● **Prompt**:
How do the records below read from their first line through the line containing "#10=(NAMED_UNIT(*)SI_UNIT($,.STERADIAN.)SOLID_ANGLE_UNIT());"? Write those lines out exactly.

Dataset items:
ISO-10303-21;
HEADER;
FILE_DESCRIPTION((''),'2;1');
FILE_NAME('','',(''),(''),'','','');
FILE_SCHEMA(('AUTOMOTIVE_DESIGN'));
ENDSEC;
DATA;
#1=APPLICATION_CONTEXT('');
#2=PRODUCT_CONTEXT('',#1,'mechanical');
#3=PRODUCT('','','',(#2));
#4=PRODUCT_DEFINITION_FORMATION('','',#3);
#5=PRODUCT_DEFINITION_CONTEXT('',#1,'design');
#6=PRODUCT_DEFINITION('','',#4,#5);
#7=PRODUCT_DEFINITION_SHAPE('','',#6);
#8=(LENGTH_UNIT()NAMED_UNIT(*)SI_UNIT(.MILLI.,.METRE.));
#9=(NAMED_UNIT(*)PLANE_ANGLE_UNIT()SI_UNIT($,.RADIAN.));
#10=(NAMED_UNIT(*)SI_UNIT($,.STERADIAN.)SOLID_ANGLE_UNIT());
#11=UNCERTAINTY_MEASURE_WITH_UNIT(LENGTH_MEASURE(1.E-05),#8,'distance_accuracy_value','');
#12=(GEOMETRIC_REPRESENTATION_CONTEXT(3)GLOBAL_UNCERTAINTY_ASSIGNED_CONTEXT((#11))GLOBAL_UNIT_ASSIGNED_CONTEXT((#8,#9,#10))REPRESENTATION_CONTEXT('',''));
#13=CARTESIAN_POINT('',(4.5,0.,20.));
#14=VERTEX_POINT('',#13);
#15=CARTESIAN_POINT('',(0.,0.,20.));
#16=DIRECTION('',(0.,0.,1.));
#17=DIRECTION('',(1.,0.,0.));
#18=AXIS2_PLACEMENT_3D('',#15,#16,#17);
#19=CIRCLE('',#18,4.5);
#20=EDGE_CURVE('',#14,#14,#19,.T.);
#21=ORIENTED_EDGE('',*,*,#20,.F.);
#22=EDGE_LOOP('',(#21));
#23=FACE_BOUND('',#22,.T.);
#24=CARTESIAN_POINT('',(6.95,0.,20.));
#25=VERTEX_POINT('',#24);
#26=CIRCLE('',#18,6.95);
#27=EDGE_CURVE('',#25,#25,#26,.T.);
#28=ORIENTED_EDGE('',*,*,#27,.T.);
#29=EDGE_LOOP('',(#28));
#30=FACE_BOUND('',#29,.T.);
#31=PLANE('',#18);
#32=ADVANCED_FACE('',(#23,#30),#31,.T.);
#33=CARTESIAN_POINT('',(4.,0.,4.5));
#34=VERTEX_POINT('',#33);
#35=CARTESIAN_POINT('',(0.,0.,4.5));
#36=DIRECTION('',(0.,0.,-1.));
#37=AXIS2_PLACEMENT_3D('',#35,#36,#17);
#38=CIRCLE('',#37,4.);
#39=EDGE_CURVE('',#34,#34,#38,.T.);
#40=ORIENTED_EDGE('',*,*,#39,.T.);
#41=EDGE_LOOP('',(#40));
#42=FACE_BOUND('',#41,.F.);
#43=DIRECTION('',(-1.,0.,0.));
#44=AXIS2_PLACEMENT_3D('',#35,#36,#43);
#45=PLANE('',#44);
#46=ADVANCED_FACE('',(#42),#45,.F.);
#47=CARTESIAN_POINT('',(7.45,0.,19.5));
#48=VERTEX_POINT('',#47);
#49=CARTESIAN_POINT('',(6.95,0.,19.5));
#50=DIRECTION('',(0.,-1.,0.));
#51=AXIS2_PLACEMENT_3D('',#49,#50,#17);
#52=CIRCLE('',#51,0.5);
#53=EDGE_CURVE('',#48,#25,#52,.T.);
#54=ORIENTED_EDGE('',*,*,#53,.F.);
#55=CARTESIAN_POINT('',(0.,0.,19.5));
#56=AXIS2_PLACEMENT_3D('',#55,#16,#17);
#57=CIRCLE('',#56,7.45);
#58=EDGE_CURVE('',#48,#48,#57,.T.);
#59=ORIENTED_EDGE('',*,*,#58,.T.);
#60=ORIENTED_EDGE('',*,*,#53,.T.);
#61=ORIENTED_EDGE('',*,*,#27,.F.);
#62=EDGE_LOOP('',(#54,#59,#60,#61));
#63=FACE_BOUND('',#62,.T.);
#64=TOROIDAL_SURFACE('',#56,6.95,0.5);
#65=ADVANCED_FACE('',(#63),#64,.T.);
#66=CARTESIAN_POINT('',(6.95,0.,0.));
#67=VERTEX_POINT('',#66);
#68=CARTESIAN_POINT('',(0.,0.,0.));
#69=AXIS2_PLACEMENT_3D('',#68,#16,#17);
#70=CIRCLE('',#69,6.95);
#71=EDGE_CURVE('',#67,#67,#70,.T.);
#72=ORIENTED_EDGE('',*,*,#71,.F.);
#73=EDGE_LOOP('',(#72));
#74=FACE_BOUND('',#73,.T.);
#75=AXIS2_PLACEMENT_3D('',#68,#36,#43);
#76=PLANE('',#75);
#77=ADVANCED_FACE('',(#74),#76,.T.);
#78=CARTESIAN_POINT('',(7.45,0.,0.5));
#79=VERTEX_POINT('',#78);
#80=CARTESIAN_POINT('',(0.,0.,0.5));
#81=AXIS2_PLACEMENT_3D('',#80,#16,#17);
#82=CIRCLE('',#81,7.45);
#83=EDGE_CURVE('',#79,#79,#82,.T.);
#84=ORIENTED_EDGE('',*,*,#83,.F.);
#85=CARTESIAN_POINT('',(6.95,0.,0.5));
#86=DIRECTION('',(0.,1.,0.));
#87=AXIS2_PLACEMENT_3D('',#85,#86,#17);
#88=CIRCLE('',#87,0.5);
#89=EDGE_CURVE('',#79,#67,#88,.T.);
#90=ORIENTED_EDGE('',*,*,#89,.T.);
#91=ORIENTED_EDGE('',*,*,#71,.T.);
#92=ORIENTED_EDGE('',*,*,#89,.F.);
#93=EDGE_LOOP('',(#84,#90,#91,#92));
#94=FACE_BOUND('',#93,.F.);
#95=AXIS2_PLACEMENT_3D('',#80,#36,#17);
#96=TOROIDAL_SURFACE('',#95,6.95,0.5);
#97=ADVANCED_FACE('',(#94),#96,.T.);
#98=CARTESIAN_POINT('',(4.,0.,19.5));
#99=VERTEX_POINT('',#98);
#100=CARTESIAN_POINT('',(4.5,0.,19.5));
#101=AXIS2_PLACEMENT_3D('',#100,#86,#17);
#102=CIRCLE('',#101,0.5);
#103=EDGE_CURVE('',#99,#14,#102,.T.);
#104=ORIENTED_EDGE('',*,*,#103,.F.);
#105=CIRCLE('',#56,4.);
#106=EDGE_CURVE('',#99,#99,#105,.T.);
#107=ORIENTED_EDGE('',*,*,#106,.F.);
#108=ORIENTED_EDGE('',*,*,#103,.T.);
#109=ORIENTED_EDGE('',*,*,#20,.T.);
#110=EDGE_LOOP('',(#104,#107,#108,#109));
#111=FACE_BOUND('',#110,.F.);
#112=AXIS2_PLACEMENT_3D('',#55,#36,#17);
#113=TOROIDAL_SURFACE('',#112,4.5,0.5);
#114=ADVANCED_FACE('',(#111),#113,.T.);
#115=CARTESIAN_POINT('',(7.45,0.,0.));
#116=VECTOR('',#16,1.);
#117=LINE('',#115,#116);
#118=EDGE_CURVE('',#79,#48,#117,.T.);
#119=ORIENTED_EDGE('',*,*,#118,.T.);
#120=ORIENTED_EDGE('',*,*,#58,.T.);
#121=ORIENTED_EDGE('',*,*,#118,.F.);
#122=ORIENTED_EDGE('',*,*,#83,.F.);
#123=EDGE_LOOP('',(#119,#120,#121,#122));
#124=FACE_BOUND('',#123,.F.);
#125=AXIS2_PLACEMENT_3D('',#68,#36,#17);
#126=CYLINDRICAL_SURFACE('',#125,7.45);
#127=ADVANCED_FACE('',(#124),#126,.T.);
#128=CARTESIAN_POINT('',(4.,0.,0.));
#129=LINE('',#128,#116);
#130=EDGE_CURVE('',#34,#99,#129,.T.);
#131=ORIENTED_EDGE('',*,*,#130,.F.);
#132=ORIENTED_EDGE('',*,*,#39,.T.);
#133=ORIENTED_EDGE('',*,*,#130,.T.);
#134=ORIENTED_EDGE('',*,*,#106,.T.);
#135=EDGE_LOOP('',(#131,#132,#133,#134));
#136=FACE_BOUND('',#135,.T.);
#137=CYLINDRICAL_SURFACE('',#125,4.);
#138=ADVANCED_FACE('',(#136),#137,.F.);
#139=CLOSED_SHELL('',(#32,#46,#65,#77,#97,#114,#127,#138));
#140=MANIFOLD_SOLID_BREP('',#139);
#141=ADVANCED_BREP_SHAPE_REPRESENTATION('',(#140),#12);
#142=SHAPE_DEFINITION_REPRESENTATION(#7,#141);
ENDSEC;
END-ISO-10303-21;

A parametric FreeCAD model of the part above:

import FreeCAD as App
import Part
import Sketcher
from FreeCAD import Vector
Q = App.Units.Quantity


def edges_at(feature, points):
    """Names of the edges that pass closest to the given points."""
    edges = feature.Shape.Edges
    near = lambda p: min(range(len(edges)), key=lambda i: edges[i].distToShape(Part.Vertex(*p))[0])
    return sorted({f"Edge{near(p) + 1}" for p in points})

doc = App.newDocument("Part")
body = doc.addObject("PartDesign::Body", "Body")

sketch1 = doc.addObject("Sketcher::SketchObject", "Sketch")
body.addObject(sketch1)
sketch1.AttachmentSupport = (doc.XY_Plane, [""])
sketch1.MapMode = "FlatFace"
sketch1.addGeometry([
    Part.Circle(Vector(0, 0, 0), Vector(0, 0, 1), 7.5),
    Part.Circle(Vector(0, 0, 0), Vector(0, 0, 1), 4),
], False)
sketch1.addConstraint([
    Sketcher.Constraint("Coincident", 0, 3, -1, 1),
    Sketcher.Constraint("Coincident", 1, 3, -1, 1),
    Sketcher.Constraint("Diameter", 1, Q("8 mm")),
    Sketcher.Constraint("Diameter", 0, Q("14.9 mm")),
])
pad1 = doc.addObject("PartDesign::Pad", "Pad")
body.addObject(pad1)
pad1.Profile = sketch1
pad1.Length = 20
doc.recompute()

fillet = doc.addObject("PartDesign::Fillet", "Fillet")
body.addObject(fillet)
fillet.Base = (pad1, edges_at(pad1, [(-7.45, 0, 0), (-7.45, 0, 20), (-4, 0, 20)]))
fillet.Radius = 0.5

sketch2 = doc.addObject("Sketcher::SketchObject", "Sketch001")
body.addObject(sketch2)
sketch2.AttachmentSupport = (doc.XY_Plane, [""])
sketch2.MapMode = "FlatFace"
sketch2.addGeometry(Part.Circle(Vector(0, 0, 0), Vector(0, 0, 1), 4), False)
sketch2.addConstraint([
    Sketcher.Constraint("Coincident", 0, 3, -1, 1),
    Sketcher.Constraint("Diameter", 0, Q("8 mm")),
])
pad2 = doc.addObject("PartDesign::Pad", "Pad001")
body.addObject(pad2)
pad2.Profile = sketch2
pad2.Length = 4.5

doc.recompute()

● **Solution to the problem**:
ISO-10303-21;
HEADER;
FILE_DESCRIPTION((''),'2;1');
FILE_NAME('','',(''),(''),'','','');
FILE_SCHEMA(('AUTOMOTIVE_DESIGN'));
ENDSEC;
DATA;
#1=APPLICATION_CONTEXT('');
#2=PRODUCT_CONTEXT('',#1,'mechanical');
#3=PRODUCT('','','',(#2));
#4=PRODUCT_DEFINITION_FORMATION('','',#3);
#5=PRODUCT_DEFINITION_CONTEXT('',#1,'design');
#6=PRODUCT_DEFINITION('','',#4,#5);
#7=PRODUCT_DEFINITION_SHAPE('','',#6);
#8=(LENGTH_UNIT()NAMED_UNIT(*)SI_UNIT(.MILLI.,.METRE.));
#9=(NAMED_UNIT(*)PLANE_ANGLE_UNIT()SI_UNIT($,.RADIAN.));
#10=(NAMED_UNIT(*)SI_UNIT($,.STERADIAN.)SOLID_ANGLE_UNIT());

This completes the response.